Site/Data Scraping to Develop Ecommerce Product Pages in Bulk

Site/Data Scraping to Develop Ecommerce Product Pages in Bulk

Cancelled

Job Description

Site/Data Scraping to Develop Ecommerce Product Pages in Bulk

The goal of this project is to automate the creation of thousands of high quality, well SEO'ed product pages for an e-commerce site by using 2 large data sets.

1st Data Set is provided by us and includes basic Item Descriptions, UPC Numbers, Item Costs, Quantities, and some additional data points. These come from inventory excel files generated by our suppliers/distributors. The 2nd Data Set will be generated by scraping competitor websites to generate SEO content, Product Information and images and combined with 1st Data Set to create a comprehensive listing/page for that item. Afterwards, the listings will be uploaded in bulk to the website to create these pages.
The basic idea is to use the UPC (Universal Product Code) fields as the universal and unique data point to tie and match these 2 large data sets together. All of our distributors already provided UPC codes for everything in 1st Data Set and the Competitor/Manufacturer sites we will be parsing already have the UPC displayed on the product page making the matching easier.

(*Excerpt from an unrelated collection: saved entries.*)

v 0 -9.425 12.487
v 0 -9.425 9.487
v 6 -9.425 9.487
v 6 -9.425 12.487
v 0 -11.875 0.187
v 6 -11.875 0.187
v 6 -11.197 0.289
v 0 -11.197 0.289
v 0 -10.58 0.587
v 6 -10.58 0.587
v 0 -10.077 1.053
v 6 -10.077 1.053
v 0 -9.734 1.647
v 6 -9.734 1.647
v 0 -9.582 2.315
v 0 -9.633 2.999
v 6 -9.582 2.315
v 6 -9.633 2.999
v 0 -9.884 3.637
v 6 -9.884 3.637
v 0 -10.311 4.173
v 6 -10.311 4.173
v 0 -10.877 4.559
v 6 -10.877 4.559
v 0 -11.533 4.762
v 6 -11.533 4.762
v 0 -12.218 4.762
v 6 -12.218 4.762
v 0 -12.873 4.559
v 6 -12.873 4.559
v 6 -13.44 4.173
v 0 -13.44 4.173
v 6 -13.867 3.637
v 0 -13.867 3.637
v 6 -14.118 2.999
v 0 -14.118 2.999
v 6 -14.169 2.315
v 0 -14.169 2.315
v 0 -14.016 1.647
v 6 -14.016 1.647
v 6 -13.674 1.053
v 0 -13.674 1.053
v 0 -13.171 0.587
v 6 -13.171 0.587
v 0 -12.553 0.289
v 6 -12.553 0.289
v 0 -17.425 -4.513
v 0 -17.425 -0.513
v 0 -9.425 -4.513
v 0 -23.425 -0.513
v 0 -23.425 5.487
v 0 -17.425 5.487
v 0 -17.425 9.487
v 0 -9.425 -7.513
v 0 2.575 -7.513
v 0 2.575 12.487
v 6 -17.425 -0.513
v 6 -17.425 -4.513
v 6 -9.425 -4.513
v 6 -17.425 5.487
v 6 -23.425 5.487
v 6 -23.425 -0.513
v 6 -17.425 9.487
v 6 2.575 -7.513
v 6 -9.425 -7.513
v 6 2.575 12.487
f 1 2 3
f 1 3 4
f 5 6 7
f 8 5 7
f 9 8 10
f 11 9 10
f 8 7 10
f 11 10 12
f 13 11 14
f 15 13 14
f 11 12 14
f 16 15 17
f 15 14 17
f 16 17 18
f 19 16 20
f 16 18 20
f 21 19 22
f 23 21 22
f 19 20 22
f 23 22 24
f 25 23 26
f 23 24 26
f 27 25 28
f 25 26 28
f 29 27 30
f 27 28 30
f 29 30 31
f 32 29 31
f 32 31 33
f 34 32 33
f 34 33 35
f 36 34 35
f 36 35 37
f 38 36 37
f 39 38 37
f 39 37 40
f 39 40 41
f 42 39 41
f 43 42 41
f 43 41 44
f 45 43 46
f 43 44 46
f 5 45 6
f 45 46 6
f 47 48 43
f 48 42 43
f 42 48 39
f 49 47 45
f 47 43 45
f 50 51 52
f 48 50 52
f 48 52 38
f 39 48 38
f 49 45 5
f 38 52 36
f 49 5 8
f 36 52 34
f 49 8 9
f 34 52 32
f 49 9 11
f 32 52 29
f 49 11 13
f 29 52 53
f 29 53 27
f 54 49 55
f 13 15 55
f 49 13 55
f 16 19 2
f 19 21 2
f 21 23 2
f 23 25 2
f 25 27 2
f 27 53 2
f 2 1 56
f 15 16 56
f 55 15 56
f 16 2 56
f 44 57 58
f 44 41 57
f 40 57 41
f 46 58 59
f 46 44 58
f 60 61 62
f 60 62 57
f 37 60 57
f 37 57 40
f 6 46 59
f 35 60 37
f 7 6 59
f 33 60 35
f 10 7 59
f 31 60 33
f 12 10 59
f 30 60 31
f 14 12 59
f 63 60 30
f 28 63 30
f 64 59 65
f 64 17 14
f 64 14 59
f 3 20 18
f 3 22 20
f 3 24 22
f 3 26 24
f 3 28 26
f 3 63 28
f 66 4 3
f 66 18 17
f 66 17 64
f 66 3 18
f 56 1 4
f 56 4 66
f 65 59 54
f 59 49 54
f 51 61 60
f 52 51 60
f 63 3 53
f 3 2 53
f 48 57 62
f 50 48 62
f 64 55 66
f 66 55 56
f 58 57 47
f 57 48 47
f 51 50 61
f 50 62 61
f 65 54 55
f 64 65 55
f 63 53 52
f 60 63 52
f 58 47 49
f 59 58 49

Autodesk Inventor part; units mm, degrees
ref_plane "YZ Plane" through (0, 0, 0) normal (1, 0, 0) x (0, 1, 0)
ref_plane "XZ Plane" through (0, 0, 0) normal (0, 1, 0) x (-1, 0, 0)
ref_plane "XY Plane" through (0, 0, 0) normal (0, 0, 1) x (1, 0, 0)
sketch "Sketch1" plane through (0, 0, 0) normal (1, 0, 0) x (0, 1, 0)
  line L0 (2.5746, 9.4872) -> (-17.4254, 9.4872)
  line L1 (-17.4254, 9.4872) -> (-17.4254, -4.5128)
  line L2 (-17.4254, -4.5128) -> (2.5746, -4.5128)
  line L3 (2.5746, -4.5128) -> (2.5746, 9.4872)
  line L4 (2.5746, -4.5128) -> (-9.4254, -4.5128)
  line L5 (-9.4254, -4.5128) -> (-9.4254, -7.5128)
  line L6 (-9.4254, -7.5128) -> (2.5746, -7.5128)
  line L7 (2.5746, -7.5128) -> (2.5746, -4.5128)
  line L8 (2.5746, 9.4872) -> (-9.4254, 9.4872)
  line L9 (-9.4254, 9.4872) -> (-9.4254, 12.4872)
  line L10 (-9.4254, 12.4872) -> (2.5746, 12.4872)
  line L11 (2.5746, 12.4872) -> (2.5746, 9.4872)
  point P0 (0, 0)
  dimension "d0" = 20
  dimension "d1" = 14
  dimension "d2" = 12
  dimension "d3" = 3
  dimension "d4" = 12
  dimension "d5" = 3
extrude "Extrusion1" add sketch "Sketch1" along normal blind 6
sketch "Sketch2" plane through (6, 0, 0) normal (1, 0, 0) x (0, 0, -1)
  circle A0 centre (-2.4872, -11.8754) radius 2.3
  line L0 (-9.4872, -17.4254) -> (4.5128, -17.4254) projected
  line L1 (-9.4872, -9.4254) -> (-9.4872, -17.4254) projected
  point P0 (0, 0)
  dimension "d8" = 4.6
  dimension "d9" = 5.55
  dimension "d10" = 7
extrude "Extrusion2" cut sketch "Sketch2" against normal blind 6
sketch "Sketch3" plane through (6, 0, 0) normal (1, 0, 0) x (0, 0, -1)
  line L0 (-5.4872, -17.4254) -> (0.5128, -17.4254)
  line L1 (0.5128, -17.4254) -> (0.5128, -23.4254)
  line L2 (0.5128, -23.4254) -> (-5.4872, -23.4254)
  line L3 (-5.4872, -23.4254) -> (-5.4872, -17.4254)
  line L4 (-9.4872, -9.4254) -> (-9.4872, -17.4254) construction
  line L5 (-9.4872, -17.4254) -> (-5.4872, -17.4254) construction
  line L6 (0.5128, -17.4254) -> (4.5128, -17.4254) construction
  line L7 (-9.4872, -17.4254) -> (4.5128, -17.4254) construction
  point P0 (0, 0)
  dimension "d13" = 6
  dimension "d14" = 6
extrude "Extrusion3" add sketch "Sketch3" against normal blind 6
properties part number "apoio do meioesse"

The requirements for the final output
1. Comprehensive and detailed URL for the product page that utilizes the product brand ( i.e. Bushnell), the product family (i.e. Elite Tactical Riflescope), the product features (i.e. color, type of reticle, magnification) and the product part number (i.e. ET6245) to create a URL that something like http://www.website.com/bushnell-elite-tactical-6-24x50mm -mil-dot-reticle-matte-black-rifle-scope-ET6245.html
2. “Name” field – the title for the page which will be basically be the same string of text as the URL but without the hyphens. i.e. “Bushnell Elite Tactical 6-24x50mm Riflescope, Mil Dot Reticle, Matte Black, ET6245”
3. “Code” field - A product code on which the parameters will be provided by us. This can be easily automated with our parameters. However, it is extremely important to get this right from the beginning to classify products by category properly. This will likely have to be done manually and we can do that in house.
4. A price for the item (this will be derived from combining 1st Data Set with 2nd Data Set to match the product cost to the item, and then the cost will simply be increased by a percentage to set the price. We can do that in house if we have to.
5. Product Description – this will be taken from the competitor websites or manufacturer websites utilizing the site scraping tool that we are requesting.
6. Images – some of our distributors already provide images in a file tied directly to the UPC, so its fairly easy. Other ones will have to be pulled from competitor/manufacturer websites with site scraping.
7. UPC numbers – this will simply use the UPC numbers that we already have to load them into product pages
8. Manufacturer Part Numbers (MPN) – these are the manufacturer part numbers that the manufacturer themselves use to identify the product. This already comes in the excel files provided in 1st Data Set
9. Google/Pricegrabber Taxonomy – this can easily be done in house if needed by using the “Code” field to determine what categories products need to be in.
This is the first stage of multiple product additions; we have at least dozens more to go through in a similar fashion. We want to find someone who is reliable in the long term and can put out quality work in a timely fashion. The payment for this job is per stage, not in total. The stages can range anywhere from 1,000 products to 50,000 products being added. The total data load is somewhere around 500,000 products.